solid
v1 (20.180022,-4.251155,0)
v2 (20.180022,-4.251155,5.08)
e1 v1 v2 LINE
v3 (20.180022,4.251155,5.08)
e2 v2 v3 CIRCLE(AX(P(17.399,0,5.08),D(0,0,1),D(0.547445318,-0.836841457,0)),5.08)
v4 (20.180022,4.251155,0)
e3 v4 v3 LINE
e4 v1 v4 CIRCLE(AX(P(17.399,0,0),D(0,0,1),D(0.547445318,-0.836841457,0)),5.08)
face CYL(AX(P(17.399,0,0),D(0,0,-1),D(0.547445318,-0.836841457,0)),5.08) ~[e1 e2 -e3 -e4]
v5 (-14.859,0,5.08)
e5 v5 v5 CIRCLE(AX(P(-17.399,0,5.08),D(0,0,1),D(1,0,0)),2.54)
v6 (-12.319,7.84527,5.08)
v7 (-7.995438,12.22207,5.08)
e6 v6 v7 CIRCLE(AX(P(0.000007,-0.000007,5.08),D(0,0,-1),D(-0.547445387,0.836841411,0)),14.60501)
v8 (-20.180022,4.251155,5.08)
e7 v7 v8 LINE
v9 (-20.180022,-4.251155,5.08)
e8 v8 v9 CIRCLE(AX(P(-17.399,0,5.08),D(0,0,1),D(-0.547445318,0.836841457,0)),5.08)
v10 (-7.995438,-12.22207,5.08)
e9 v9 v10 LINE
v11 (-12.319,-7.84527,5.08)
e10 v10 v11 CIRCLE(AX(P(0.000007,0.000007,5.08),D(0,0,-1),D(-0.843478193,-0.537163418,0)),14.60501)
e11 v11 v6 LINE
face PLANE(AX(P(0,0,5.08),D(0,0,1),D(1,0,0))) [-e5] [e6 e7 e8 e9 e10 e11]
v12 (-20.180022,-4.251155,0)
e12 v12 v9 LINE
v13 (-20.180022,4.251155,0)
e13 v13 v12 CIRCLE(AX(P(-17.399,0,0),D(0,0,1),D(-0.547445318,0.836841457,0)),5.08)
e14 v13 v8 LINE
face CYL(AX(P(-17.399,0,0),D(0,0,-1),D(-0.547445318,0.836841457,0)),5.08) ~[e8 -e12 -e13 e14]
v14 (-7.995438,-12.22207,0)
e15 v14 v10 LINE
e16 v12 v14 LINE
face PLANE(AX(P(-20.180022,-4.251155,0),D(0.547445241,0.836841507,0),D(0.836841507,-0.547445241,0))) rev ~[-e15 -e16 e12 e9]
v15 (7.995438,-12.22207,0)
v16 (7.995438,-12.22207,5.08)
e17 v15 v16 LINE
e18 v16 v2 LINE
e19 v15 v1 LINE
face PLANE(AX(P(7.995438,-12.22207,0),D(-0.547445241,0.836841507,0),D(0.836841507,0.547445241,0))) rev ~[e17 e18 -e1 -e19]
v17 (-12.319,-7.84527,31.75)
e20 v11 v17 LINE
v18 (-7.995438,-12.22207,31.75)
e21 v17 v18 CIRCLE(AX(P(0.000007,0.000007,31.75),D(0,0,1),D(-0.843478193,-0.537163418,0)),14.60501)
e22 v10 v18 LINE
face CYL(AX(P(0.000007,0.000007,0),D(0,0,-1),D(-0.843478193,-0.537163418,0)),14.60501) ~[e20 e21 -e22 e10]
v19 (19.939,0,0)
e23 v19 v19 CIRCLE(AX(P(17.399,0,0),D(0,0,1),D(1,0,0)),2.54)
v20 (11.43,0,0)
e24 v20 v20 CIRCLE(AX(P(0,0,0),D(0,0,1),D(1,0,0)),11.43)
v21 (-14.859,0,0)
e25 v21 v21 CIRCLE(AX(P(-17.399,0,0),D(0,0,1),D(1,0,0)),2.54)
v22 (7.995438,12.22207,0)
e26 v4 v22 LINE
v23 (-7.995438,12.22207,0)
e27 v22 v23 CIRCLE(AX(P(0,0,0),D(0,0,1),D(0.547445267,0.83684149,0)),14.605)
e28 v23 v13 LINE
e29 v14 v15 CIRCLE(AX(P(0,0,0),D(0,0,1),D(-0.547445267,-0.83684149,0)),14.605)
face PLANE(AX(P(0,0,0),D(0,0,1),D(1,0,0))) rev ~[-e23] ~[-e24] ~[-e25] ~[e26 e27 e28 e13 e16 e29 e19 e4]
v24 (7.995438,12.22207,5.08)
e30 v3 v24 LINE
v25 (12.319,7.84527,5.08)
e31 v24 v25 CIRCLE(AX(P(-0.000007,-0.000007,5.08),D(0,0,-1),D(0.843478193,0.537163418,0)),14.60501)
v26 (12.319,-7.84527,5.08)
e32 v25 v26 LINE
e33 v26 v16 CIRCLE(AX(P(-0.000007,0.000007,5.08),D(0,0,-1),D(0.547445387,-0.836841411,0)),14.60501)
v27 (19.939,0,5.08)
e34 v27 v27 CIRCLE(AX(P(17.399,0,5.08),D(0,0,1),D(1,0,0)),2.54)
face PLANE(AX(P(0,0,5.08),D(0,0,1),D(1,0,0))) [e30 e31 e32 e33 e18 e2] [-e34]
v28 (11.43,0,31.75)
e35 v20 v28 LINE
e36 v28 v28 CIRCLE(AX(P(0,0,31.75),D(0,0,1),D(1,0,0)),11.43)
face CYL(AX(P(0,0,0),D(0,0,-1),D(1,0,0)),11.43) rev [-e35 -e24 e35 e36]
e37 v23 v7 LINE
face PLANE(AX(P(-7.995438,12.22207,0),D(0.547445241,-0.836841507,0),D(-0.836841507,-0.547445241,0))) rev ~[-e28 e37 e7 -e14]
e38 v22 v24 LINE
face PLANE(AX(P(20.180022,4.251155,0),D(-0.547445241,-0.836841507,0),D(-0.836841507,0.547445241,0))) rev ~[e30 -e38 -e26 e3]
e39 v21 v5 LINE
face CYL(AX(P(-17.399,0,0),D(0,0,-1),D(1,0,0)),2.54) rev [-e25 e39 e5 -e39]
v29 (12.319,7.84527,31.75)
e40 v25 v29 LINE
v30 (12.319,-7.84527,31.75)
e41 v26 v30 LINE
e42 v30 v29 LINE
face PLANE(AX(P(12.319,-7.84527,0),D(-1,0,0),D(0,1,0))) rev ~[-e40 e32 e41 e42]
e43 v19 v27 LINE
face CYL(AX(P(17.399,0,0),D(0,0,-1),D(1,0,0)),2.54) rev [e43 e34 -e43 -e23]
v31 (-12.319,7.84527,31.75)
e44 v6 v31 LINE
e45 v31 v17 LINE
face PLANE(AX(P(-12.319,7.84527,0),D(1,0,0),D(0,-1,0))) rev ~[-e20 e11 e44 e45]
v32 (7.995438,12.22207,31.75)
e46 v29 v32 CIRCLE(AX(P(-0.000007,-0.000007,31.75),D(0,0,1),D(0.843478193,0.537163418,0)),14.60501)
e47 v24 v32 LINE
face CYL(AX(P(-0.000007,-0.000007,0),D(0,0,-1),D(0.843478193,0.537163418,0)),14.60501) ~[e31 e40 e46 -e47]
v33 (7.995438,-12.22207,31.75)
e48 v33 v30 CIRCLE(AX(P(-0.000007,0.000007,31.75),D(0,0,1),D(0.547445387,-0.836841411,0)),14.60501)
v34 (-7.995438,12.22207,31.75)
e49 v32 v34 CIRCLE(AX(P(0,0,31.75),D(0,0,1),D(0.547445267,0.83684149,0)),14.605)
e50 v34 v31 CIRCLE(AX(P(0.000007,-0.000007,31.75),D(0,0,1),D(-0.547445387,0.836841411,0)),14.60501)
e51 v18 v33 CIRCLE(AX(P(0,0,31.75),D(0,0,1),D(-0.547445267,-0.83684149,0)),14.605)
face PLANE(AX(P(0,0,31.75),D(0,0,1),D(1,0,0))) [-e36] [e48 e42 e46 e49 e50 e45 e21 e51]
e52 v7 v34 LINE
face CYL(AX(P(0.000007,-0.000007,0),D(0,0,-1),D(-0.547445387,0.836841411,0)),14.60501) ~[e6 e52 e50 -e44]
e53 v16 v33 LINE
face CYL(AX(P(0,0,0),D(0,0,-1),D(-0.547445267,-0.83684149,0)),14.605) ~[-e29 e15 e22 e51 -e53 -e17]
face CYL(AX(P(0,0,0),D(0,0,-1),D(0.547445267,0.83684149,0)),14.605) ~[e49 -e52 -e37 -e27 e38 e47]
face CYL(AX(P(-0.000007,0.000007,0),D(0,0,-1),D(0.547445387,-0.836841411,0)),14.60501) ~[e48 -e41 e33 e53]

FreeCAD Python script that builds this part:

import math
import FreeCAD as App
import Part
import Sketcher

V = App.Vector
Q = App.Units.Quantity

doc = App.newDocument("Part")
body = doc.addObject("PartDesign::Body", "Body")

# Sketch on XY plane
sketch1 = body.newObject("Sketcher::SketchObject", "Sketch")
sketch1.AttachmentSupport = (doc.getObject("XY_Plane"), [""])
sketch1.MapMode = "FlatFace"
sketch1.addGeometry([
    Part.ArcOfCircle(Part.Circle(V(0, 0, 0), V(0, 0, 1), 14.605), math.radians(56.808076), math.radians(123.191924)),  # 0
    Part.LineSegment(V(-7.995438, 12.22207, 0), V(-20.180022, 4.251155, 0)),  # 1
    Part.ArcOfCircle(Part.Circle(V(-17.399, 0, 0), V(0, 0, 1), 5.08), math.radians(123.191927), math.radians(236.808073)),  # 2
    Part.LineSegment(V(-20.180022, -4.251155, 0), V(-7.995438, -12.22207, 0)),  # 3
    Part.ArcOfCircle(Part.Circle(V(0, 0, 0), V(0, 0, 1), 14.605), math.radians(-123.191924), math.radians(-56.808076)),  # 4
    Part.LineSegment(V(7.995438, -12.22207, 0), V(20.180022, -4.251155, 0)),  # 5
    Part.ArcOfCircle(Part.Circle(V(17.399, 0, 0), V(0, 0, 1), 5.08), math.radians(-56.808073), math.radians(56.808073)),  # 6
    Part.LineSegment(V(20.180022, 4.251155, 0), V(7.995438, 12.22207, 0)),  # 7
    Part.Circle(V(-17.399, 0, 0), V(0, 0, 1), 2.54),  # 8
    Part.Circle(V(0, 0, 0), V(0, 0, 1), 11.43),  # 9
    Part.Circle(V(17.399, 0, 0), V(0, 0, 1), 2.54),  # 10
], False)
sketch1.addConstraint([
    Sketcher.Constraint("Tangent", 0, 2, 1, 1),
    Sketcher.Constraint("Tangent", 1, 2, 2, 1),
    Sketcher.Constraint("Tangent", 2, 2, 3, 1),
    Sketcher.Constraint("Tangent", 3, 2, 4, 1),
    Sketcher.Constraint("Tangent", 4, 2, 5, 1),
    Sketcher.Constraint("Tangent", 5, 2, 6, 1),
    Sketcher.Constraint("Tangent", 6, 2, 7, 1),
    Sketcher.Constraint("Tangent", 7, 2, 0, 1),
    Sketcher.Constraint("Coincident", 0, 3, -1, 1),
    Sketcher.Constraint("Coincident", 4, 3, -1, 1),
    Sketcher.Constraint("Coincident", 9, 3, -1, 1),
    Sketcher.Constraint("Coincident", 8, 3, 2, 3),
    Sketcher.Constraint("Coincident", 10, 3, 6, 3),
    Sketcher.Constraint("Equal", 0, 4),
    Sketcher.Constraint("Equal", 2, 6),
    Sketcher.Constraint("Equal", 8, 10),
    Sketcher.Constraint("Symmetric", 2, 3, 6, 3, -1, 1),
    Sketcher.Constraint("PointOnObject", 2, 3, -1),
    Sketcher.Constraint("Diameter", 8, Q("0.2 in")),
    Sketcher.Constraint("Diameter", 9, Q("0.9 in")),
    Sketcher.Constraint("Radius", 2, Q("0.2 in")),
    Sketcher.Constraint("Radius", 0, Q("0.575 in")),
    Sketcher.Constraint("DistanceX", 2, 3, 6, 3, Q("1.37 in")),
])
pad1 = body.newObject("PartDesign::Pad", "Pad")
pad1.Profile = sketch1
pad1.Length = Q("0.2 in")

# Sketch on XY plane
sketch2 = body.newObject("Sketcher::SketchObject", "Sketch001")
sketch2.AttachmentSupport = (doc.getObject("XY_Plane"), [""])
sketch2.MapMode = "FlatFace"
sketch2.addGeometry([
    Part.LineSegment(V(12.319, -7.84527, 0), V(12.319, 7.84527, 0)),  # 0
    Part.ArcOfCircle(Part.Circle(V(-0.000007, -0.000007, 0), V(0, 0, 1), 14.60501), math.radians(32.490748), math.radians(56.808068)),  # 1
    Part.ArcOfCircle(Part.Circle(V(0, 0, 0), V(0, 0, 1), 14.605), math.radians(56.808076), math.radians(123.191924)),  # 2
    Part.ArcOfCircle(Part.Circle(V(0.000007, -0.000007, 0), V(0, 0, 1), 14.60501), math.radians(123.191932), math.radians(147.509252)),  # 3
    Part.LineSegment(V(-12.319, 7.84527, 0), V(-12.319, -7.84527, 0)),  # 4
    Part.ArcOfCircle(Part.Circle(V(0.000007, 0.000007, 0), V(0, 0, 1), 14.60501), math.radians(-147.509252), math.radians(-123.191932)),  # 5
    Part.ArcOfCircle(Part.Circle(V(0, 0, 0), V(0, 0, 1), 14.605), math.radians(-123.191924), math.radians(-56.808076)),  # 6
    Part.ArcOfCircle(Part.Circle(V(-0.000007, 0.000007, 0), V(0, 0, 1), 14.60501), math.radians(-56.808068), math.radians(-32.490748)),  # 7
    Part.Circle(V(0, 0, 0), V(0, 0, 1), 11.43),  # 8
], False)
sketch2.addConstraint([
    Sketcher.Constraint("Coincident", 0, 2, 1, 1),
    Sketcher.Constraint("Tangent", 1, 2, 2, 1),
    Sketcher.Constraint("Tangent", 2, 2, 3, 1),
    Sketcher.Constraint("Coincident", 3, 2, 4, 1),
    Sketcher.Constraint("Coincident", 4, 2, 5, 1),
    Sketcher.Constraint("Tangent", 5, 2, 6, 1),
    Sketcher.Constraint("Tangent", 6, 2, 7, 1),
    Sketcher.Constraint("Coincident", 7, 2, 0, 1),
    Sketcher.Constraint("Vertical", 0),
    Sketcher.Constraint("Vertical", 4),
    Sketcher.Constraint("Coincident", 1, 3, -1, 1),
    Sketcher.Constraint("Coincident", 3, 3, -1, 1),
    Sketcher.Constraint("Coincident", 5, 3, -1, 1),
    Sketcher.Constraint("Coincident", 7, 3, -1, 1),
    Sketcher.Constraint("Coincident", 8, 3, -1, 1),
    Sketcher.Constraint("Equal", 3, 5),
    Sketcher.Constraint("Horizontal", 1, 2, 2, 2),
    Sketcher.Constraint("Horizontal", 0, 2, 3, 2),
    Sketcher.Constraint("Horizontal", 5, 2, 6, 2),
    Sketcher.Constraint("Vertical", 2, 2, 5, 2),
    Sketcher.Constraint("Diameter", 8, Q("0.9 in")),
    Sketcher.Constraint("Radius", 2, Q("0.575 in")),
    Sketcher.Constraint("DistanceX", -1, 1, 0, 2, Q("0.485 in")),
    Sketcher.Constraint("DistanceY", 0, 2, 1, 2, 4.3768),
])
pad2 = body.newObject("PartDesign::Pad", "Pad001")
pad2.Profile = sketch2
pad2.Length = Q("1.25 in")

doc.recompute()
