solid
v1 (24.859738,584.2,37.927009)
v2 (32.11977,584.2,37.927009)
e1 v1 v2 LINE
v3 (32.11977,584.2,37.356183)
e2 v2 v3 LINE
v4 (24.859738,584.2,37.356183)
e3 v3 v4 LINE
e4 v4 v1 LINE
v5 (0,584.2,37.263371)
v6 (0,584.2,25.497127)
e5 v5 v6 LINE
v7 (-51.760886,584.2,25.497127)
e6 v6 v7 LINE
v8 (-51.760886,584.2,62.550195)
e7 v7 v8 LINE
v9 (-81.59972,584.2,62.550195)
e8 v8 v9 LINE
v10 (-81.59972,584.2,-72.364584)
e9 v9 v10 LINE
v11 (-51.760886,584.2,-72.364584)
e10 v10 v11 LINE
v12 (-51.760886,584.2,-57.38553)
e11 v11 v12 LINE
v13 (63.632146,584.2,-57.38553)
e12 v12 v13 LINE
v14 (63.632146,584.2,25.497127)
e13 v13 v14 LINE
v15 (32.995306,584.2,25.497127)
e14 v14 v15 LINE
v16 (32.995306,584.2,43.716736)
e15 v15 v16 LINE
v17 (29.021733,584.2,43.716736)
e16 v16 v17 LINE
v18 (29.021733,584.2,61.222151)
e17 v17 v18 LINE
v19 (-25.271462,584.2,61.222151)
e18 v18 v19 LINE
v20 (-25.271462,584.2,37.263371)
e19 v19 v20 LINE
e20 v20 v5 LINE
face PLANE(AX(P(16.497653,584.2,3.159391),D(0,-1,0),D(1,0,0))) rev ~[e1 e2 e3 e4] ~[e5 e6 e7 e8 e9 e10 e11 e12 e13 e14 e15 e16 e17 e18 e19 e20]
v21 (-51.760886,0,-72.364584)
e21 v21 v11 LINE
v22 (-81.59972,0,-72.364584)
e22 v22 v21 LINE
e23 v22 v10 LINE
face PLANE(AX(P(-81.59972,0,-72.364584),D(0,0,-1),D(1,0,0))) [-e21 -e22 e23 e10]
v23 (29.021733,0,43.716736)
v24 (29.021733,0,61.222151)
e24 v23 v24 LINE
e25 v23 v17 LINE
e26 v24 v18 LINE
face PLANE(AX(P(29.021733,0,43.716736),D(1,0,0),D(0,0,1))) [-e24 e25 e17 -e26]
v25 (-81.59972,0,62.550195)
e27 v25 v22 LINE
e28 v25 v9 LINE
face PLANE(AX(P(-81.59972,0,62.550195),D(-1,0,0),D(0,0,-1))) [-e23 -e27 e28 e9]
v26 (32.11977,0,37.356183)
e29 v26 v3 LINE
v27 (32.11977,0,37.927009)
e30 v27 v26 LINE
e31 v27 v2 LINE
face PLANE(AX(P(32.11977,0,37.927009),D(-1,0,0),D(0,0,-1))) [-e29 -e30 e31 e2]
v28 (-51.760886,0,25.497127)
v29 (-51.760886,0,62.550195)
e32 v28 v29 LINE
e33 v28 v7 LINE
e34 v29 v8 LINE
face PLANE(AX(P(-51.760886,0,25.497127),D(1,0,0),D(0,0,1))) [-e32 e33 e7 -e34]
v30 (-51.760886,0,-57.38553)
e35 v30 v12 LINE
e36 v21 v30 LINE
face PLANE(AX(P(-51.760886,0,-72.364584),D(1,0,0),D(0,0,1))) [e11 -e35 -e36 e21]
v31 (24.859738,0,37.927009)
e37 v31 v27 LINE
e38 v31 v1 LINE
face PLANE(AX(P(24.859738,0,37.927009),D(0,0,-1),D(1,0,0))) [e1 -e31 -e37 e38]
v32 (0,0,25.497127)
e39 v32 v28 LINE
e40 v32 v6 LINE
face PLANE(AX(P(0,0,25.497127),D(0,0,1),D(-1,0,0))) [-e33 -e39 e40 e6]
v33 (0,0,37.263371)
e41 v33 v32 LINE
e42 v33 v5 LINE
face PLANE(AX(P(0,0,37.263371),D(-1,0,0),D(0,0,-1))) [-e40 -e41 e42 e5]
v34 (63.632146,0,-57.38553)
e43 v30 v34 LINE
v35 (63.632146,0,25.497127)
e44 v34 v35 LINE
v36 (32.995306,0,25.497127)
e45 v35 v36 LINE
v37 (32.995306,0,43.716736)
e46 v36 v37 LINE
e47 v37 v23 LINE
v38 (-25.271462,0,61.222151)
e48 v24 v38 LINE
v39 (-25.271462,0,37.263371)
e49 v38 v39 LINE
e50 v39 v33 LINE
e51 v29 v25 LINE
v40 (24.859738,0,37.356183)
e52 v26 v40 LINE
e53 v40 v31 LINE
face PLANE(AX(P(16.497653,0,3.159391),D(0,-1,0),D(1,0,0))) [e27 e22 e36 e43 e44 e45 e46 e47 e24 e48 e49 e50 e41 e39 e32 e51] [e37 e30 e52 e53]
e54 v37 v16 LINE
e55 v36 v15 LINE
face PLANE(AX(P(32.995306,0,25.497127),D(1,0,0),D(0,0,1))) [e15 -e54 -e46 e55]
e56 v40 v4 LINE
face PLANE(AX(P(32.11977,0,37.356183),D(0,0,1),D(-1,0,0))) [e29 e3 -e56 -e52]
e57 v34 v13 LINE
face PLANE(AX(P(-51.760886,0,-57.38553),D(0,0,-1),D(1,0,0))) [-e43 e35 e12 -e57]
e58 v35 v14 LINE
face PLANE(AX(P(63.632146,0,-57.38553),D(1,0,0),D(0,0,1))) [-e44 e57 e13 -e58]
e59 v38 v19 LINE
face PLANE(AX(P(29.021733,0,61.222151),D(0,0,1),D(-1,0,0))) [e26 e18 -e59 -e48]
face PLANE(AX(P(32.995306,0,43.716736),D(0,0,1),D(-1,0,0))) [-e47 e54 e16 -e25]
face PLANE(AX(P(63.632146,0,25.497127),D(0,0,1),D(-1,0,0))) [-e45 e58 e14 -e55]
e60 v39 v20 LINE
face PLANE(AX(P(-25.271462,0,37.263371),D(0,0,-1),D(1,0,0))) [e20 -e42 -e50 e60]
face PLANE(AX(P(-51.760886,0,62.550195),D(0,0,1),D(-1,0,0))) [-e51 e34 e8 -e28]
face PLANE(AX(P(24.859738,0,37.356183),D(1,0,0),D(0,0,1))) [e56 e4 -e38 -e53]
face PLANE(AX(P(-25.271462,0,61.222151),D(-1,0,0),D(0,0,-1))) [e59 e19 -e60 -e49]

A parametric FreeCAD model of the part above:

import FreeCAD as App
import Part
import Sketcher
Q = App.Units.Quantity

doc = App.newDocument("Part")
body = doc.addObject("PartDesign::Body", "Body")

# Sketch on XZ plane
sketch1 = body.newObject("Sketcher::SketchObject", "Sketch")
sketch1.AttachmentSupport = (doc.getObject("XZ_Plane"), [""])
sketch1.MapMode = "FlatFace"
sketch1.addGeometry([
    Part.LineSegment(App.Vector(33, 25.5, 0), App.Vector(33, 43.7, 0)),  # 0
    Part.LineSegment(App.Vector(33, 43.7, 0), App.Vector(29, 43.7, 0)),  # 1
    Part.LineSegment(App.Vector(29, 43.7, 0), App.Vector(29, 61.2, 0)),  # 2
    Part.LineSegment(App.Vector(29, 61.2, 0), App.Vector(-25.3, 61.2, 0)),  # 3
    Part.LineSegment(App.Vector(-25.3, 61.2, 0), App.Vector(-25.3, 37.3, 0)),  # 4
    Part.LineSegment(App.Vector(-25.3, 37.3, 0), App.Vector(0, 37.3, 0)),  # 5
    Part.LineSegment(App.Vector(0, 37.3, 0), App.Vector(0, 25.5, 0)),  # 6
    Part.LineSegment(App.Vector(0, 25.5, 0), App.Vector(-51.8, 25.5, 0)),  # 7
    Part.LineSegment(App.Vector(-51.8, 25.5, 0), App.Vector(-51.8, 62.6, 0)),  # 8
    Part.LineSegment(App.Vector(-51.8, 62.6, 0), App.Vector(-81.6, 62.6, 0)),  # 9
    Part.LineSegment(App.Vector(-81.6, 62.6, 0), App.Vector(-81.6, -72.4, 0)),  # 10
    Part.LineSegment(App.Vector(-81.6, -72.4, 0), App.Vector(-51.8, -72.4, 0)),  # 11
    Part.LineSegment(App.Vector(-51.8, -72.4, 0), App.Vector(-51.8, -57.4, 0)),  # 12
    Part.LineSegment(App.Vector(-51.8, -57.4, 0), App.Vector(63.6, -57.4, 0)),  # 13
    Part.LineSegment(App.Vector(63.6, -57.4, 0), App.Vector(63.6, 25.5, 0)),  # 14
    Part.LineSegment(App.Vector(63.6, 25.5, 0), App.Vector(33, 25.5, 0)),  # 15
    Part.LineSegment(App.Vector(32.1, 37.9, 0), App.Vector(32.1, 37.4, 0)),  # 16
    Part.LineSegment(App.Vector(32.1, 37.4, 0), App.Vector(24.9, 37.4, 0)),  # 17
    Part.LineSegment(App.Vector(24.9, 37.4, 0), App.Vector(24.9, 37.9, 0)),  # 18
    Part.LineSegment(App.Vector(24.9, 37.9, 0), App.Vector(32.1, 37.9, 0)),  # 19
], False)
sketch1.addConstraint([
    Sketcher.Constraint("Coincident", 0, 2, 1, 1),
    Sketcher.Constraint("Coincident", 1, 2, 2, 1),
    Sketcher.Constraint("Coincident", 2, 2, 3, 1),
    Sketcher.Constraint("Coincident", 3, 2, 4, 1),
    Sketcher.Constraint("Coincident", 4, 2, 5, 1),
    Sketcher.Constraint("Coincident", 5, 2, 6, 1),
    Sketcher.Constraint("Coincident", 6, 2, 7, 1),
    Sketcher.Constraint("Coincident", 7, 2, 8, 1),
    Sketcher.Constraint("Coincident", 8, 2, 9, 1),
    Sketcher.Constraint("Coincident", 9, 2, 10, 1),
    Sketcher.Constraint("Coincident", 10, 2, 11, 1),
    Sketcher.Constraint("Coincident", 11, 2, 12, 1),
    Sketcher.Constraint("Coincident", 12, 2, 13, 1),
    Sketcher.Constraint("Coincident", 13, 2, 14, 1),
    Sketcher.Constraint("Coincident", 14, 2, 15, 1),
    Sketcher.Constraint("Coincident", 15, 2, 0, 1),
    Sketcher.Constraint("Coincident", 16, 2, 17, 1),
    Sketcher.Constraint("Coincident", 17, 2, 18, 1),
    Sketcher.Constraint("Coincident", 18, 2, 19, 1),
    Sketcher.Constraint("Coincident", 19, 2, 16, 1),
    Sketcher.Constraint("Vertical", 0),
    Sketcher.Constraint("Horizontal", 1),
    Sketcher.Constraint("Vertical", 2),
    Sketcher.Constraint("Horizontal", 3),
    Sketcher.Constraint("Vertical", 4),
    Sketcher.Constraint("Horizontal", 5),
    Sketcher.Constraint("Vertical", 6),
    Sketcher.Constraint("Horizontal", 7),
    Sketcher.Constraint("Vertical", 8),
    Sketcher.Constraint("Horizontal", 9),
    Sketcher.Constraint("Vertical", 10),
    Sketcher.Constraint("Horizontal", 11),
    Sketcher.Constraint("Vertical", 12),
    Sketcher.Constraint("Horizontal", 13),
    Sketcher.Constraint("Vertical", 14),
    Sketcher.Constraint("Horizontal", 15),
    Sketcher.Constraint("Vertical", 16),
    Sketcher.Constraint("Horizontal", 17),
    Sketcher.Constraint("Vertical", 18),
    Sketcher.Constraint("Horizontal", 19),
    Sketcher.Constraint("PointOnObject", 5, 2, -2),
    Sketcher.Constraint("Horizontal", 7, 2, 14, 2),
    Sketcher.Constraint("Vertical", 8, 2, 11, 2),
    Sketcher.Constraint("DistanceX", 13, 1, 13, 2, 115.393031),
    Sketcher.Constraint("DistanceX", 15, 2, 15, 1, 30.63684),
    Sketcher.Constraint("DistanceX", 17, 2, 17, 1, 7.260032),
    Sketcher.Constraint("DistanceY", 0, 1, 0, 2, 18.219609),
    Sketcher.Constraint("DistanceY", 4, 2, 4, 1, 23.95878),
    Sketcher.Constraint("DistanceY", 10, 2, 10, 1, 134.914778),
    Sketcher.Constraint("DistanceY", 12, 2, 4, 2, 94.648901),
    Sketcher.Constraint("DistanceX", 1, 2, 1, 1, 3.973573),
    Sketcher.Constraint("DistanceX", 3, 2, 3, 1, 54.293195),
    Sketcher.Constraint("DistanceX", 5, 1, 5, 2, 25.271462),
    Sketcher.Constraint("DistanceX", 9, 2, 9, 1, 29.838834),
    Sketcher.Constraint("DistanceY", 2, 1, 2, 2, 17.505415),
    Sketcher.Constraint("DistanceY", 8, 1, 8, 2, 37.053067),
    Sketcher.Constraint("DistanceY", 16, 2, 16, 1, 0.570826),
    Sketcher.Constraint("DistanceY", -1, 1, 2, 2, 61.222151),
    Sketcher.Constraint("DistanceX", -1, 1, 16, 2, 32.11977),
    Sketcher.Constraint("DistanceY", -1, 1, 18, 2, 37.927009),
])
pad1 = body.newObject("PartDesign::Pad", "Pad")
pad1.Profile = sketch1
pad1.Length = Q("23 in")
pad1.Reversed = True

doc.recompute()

----

• [Work order] Wherever the line holding "v9 (-81.59972,584.2,62.550195)" falls in the entries above, copy exactly from it through the line holding "-e35 -e36 e21]", inclusive, and add nothing.

• [Task solution]
v9 (-81.59972,584.2,62.550195)
e8 v8 v9 LINE
v10 (-81.59972,584.2,-72.364584)
e9 v9 v10 LINE
v11 (-51.760886,584.2,-72.364584)
e10 v10 v11 LINE
v12 (-51.760886,584.2,-57.38553)
e11 v11 v12 LINE
v13 (63.632146,584.2,-57.38553)
e12 v12 v13 LINE
v14 (63.632146,584.2,25.497127)
e13 v13 v14 LINE
v15 (32.995306,584.2,25.497127)
e14 v14 v15 LINE
v16 (32.995306,584.2,43.716736)
e15 v15 v16 LINE
v17 (29.021733,584.2,43.716736)
e16 v16 v17 LINE
v18 (29.021733,584.2,61.222151)
e17 v17 v18 LINE
v19 (-25.271462,584.2,61.222151)
e18 v18 v19 LINE
v20 (-25.271462,584.2,37.263371)
e19 v19 v20 LINE
e20 v20 v5 LINE
face PLANE(AX(P(16.497653,584.2,3.159391),D(0,-1,0),D(1,0,0))) rev ~[e1 e2 e3 e4] ~[e5 e6 e7 e8 e9 e10 e11 e12 e13 e14 e15 e16 e17 e18 e19 e20]
v21 (-51.760886,0,-72.364584)
e21 v21 v11 LINE
v22 (-81.59972,0,-72.364584)
e22 v22 v21 LINE
e23 v22 v10 LINE
face PLANE(AX(P(-81.59972,0,-72.364584),D(0,0,-1),D(1,0,0))) [-e21 -e22 e23 e10]
v23 (29.021733,0,43.716736)
v24 (29.021733,0,61.222151)
e24 v23 v24 LINE
e25 v23 v17 LINE
e26 v24 v18 LINE
face PLANE(AX(P(29.021733,0,43.716736),D(1,0,0),D(0,0,1))) [-e24 e25 e17 -e26]
v25 (-81.59972,0,62.550195)
e27 v25 v22 LINE
e28 v25 v9 LINE
face PLANE(AX(P(-81.59972,0,62.550195),D(-1,0,0),D(0,0,-1))) [-e23 -e27 e28 e9]
v26 (32.11977,0,37.356183)
e29 v26 v3 LINE
v27 (32.11977,0,37.927009)
e30 v27 v26 LINE
e31 v27 v2 LINE
face PLANE(AX(P(32.11977,0,37.927009),D(-1,0,0),D(0,0,-1))) [-e29 -e30 e31 e2]
v28 (-51.760886,0,25.497127)
v29 (-51.760886,0,62.550195)
e32 v28 v29 LINE
e33 v28 v7 LINE
e34 v29 v8 LINE
face PLANE(AX(P(-51.760886,0,25.497127),D(1,0,0),D(0,0,1))) [-e32 e33 e7 -e34]
v30 (-51.760886,0,-57.38553)
e35 v30 v12 LINE
e36 v21 v30 LINE
face PLANE(AX(P(-51.760886,0,-72.364584),D(1,0,0),D(0,0,1))) [e11 -e35 -e36 e21]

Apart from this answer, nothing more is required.